Segment Open
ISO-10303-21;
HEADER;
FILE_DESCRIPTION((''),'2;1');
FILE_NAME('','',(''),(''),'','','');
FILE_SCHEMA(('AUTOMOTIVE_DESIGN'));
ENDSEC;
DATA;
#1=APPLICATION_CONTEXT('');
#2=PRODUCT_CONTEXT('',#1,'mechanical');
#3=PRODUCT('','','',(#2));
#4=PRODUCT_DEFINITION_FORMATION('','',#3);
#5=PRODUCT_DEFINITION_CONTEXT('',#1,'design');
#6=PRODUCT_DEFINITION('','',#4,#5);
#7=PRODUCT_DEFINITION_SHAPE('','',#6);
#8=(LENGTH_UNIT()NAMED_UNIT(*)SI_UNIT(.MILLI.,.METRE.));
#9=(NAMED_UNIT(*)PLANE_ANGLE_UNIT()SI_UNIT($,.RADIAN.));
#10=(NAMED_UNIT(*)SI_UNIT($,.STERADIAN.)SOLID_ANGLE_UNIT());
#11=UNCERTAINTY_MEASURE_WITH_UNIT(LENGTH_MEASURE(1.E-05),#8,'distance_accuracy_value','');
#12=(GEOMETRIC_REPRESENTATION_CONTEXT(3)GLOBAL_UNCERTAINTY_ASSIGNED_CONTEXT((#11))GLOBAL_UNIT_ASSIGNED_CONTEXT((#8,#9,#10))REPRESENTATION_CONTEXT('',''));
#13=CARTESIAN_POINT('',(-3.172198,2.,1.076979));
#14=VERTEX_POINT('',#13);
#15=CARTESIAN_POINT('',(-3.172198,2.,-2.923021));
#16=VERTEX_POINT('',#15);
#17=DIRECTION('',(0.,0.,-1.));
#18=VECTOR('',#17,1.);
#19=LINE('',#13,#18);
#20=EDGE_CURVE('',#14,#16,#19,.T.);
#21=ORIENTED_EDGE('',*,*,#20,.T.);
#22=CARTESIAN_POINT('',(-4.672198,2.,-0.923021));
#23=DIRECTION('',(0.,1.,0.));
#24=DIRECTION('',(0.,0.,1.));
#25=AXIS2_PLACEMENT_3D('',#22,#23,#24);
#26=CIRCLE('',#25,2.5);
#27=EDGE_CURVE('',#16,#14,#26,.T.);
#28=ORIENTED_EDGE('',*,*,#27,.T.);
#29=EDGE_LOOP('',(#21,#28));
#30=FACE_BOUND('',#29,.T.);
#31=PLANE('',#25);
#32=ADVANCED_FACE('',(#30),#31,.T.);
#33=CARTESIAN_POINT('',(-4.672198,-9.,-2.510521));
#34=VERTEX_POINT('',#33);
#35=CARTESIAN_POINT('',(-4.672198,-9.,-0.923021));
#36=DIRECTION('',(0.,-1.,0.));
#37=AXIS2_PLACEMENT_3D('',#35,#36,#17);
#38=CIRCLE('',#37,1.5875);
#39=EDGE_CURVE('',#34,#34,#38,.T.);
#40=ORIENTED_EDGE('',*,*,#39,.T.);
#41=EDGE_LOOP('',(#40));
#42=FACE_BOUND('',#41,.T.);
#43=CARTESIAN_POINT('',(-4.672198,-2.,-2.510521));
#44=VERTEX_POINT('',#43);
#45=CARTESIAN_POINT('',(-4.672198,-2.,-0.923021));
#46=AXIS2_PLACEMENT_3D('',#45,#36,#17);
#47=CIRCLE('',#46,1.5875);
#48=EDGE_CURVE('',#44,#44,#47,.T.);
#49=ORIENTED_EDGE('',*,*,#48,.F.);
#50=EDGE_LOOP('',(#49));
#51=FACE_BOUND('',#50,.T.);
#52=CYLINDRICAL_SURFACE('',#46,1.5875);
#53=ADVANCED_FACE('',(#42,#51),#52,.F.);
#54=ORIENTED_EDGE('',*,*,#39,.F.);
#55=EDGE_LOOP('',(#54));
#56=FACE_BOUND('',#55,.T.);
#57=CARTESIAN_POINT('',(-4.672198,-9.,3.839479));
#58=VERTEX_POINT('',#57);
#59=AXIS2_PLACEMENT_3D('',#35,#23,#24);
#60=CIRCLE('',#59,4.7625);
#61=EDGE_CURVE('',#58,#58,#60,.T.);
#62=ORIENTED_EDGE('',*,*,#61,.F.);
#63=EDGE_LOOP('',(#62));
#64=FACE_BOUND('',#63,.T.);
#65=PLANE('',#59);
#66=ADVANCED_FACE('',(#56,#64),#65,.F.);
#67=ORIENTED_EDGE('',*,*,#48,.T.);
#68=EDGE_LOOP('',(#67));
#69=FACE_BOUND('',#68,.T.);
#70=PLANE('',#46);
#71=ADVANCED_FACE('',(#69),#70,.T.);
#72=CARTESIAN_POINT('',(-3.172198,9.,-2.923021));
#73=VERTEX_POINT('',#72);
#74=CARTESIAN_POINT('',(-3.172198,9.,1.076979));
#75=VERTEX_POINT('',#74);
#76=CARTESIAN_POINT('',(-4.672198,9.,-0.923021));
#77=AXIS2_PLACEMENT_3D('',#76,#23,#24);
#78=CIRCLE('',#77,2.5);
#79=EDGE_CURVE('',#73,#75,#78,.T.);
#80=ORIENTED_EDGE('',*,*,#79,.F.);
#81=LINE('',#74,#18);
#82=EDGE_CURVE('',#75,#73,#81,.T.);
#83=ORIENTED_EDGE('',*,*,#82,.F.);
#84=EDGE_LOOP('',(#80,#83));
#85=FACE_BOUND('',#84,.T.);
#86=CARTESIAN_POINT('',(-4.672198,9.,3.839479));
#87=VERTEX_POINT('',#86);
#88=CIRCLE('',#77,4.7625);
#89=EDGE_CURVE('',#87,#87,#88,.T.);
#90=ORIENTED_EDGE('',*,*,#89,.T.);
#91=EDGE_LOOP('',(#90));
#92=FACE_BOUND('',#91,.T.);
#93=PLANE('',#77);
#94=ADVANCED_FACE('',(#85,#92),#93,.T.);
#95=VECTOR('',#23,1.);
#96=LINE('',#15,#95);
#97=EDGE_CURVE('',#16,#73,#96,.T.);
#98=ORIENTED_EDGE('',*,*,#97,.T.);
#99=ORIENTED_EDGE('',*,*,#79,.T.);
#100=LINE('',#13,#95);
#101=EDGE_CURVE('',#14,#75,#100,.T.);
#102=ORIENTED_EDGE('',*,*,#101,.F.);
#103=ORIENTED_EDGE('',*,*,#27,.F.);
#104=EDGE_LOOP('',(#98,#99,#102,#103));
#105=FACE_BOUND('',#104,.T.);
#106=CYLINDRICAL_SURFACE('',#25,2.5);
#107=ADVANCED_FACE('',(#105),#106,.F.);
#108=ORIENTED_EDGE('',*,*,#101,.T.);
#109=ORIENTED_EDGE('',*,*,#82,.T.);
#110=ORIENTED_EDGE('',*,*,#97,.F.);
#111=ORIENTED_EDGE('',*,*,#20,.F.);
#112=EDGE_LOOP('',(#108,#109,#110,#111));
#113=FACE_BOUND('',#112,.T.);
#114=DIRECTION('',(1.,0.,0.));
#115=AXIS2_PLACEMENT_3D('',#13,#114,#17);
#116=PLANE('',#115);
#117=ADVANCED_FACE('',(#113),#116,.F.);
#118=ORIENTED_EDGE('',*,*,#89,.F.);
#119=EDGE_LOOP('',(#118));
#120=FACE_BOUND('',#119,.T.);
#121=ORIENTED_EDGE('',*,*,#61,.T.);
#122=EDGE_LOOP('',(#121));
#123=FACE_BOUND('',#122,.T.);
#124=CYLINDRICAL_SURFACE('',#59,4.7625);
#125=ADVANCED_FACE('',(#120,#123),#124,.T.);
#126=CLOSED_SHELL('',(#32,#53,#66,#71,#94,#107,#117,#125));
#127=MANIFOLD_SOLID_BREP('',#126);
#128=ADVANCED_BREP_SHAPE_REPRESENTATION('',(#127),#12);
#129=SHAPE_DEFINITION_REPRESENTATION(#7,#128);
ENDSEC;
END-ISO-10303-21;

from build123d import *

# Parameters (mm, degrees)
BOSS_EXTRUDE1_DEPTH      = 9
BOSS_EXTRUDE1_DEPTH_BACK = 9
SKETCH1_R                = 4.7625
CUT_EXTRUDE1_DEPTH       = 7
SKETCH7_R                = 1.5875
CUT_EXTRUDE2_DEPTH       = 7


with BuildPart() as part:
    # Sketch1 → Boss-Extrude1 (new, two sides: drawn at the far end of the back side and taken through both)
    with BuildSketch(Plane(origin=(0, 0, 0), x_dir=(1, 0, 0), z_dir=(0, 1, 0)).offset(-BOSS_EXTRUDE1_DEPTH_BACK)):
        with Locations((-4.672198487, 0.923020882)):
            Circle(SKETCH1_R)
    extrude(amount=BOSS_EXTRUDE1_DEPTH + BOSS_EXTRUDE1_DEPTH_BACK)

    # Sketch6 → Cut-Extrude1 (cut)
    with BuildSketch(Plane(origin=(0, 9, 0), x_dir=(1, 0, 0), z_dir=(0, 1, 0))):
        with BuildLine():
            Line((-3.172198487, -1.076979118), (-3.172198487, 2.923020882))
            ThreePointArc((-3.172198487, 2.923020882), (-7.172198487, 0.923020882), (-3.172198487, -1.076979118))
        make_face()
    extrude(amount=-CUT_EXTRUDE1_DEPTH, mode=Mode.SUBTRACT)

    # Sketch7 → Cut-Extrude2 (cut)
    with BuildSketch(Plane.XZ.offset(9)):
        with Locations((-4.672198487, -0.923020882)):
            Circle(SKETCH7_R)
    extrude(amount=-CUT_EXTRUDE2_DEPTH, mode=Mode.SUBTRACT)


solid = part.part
Segment Closed
Segment Open
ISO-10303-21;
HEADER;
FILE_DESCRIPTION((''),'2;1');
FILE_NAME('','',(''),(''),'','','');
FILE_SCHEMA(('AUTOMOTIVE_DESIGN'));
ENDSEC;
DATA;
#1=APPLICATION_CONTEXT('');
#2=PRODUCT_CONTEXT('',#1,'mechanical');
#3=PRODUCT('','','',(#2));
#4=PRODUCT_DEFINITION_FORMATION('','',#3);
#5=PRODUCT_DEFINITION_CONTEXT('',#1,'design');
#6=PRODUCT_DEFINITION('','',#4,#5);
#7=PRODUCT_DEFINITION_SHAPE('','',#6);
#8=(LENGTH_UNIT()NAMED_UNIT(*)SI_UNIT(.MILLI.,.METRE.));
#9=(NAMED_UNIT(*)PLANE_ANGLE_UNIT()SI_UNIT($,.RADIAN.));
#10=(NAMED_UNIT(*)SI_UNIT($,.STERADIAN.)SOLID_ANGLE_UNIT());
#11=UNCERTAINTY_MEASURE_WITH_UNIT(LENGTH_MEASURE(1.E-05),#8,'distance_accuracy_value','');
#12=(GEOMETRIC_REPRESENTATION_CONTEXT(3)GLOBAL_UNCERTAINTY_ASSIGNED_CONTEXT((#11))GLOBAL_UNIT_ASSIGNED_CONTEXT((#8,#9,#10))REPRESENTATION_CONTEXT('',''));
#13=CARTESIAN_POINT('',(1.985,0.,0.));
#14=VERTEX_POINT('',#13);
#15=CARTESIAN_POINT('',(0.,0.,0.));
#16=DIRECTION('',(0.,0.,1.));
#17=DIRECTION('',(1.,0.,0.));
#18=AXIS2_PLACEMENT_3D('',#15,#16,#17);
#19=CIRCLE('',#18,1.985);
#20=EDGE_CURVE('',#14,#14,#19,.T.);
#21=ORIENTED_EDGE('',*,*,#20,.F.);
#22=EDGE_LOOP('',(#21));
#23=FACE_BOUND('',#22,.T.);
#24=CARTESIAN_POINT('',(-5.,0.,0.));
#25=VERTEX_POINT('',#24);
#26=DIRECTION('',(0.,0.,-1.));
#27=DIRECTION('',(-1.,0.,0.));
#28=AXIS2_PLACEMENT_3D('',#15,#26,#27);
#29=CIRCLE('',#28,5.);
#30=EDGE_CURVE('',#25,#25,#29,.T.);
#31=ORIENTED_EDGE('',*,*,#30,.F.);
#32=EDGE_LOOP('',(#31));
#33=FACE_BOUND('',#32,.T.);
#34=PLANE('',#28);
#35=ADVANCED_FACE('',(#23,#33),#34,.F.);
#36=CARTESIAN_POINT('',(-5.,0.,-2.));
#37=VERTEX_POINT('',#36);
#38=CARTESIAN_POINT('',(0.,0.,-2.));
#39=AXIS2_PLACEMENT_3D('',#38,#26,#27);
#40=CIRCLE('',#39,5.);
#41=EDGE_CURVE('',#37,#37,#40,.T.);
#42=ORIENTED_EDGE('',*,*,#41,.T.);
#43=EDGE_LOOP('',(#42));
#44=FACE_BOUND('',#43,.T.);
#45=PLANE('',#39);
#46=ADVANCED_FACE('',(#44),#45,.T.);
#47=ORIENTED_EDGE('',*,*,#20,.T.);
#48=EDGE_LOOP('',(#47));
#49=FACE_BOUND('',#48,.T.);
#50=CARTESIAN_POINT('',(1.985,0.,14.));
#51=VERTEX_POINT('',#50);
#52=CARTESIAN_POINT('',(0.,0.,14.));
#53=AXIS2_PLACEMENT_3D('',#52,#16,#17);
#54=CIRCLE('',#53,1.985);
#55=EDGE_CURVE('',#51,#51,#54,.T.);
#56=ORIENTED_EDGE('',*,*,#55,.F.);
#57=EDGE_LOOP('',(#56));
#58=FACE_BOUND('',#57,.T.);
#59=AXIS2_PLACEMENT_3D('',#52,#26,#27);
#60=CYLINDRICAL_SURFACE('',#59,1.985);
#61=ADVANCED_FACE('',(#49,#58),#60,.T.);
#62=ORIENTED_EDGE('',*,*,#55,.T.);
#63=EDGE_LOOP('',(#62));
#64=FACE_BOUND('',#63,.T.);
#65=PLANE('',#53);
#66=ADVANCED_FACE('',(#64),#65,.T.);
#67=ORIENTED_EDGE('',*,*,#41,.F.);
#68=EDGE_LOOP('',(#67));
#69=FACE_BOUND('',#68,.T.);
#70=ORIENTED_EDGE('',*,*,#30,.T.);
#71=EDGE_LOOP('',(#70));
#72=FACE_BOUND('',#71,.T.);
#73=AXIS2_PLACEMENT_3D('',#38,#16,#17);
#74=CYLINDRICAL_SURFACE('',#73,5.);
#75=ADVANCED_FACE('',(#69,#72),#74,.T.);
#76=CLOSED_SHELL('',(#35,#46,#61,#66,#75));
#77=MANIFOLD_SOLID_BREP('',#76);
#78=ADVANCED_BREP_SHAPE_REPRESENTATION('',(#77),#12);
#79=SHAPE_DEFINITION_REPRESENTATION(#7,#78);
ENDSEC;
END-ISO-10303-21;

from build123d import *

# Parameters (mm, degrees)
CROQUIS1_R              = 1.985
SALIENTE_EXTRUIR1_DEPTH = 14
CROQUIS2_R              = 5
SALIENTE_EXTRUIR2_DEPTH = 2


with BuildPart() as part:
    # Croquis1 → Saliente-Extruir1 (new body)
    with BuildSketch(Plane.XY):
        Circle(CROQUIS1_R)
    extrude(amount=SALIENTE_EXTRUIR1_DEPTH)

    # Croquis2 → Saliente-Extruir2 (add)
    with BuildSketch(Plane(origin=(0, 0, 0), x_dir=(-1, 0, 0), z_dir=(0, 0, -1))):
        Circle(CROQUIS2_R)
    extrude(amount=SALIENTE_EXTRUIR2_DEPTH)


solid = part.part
Segment Closed
Segment Open
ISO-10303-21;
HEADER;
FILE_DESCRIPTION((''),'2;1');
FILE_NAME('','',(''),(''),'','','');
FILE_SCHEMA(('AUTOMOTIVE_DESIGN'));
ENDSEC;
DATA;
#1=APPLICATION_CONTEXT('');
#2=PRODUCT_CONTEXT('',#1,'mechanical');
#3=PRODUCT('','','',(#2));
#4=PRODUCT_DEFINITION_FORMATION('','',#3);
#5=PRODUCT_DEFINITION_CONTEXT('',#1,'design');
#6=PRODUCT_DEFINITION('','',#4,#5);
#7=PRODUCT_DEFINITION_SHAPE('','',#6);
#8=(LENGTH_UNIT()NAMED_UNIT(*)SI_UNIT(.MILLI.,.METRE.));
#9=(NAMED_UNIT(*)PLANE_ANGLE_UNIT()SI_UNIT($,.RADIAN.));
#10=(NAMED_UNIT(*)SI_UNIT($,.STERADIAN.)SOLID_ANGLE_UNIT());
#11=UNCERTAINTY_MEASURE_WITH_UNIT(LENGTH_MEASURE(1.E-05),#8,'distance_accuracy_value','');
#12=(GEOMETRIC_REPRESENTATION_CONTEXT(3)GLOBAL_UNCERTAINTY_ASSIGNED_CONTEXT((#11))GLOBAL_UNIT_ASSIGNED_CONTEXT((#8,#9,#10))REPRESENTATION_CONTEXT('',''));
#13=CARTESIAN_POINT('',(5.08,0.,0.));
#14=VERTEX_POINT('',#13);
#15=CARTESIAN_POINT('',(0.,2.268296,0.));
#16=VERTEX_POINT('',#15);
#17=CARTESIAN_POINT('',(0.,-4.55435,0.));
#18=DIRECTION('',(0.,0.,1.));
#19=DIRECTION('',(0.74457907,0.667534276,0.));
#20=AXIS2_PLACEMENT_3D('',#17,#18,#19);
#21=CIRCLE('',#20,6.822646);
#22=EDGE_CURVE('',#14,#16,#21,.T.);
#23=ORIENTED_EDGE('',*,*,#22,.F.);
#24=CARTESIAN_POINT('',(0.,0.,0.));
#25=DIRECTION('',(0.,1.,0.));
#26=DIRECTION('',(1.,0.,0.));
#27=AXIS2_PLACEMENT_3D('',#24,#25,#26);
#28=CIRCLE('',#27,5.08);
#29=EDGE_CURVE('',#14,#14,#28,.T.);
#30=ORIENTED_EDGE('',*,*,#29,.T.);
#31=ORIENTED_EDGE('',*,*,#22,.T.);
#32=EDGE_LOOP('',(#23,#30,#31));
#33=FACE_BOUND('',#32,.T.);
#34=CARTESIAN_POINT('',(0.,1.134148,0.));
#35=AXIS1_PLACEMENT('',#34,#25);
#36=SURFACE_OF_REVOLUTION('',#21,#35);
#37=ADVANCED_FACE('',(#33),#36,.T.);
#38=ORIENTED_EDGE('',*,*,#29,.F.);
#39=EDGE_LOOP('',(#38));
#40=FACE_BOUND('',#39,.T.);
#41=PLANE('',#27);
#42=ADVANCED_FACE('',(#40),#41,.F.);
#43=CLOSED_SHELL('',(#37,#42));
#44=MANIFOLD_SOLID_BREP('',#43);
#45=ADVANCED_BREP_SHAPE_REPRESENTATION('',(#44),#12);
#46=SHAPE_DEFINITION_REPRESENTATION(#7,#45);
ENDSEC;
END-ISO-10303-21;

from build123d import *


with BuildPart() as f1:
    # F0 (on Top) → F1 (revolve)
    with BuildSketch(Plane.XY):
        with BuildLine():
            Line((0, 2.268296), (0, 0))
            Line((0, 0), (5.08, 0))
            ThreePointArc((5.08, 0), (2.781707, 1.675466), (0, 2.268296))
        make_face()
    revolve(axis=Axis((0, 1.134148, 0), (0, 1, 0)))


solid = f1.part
Segment Closed
Problem requirements:
Of the lines above, output exactly those from the line bearing "#42=ORIENTED_EDGE('',*,*,#41,.T.);" through the line bearing "#73=AXIS2_PLACEMENT_3D('',#38,#16,#17);", inclusive.

Your response:
#42=ORIENTED_EDGE('',*,*,#41,.T.);
#43=EDGE_LOOP('',(#42));
#44=FACE_BOUND('',#43,.T.);
#45=PLANE('',#39);
#46=ADVANCED_FACE('',(#44),#45,.T.);
#47=ORIENTED_EDGE('',*,*,#20,.T.);
#48=EDGE_LOOP('',(#47));
#49=FACE_BOUND('',#48,.T.);
#50=CARTESIAN_POINT('',(1.985,0.,14.));
#51=VERTEX_POINT('',#50);
#52=CARTESIAN_POINT('',(0.,0.,14.));
#53=AXIS2_PLACEMENT_3D('',#52,#16,#17);
#54=CIRCLE('',#53,1.985);
#55=EDGE_CURVE('',#51,#51,#54,.T.);
#56=ORIENTED_EDGE('',*,*,#55,.F.);
#57=EDGE_LOOP('',(#56));
#58=FACE_BOUND('',#57,.T.);
#59=AXIS2_PLACEMENT_3D('',#52,#26,#27);
#60=CYLINDRICAL_SURFACE('',#59,1.985);
#61=ADVANCED_FACE('',(#49,#58),#60,.T.);
#62=ORIENTED_EDGE('',*,*,#55,.T.);
#63=EDGE_LOOP('',(#62));
#64=FACE_BOUND('',#63,.T.);
#65=PLANE('',#53);
#66=ADVANCED_FACE('',(#64),#65,.T.);
#67=ORIENTED_EDGE('',*,*,#41,.F.);
#68=EDGE_LOOP('',(#67));
#69=FACE_BOUND('',#68,.T.);
#70=ORIENTED_EDGE('',*,*,#30,.T.);
#71=EDGE_LOOP('',(#70));
#72=FACE_BOUND('',#71,.T.);
#73=AXIS2_PLACEMENT_3D('',#38,#16,#17);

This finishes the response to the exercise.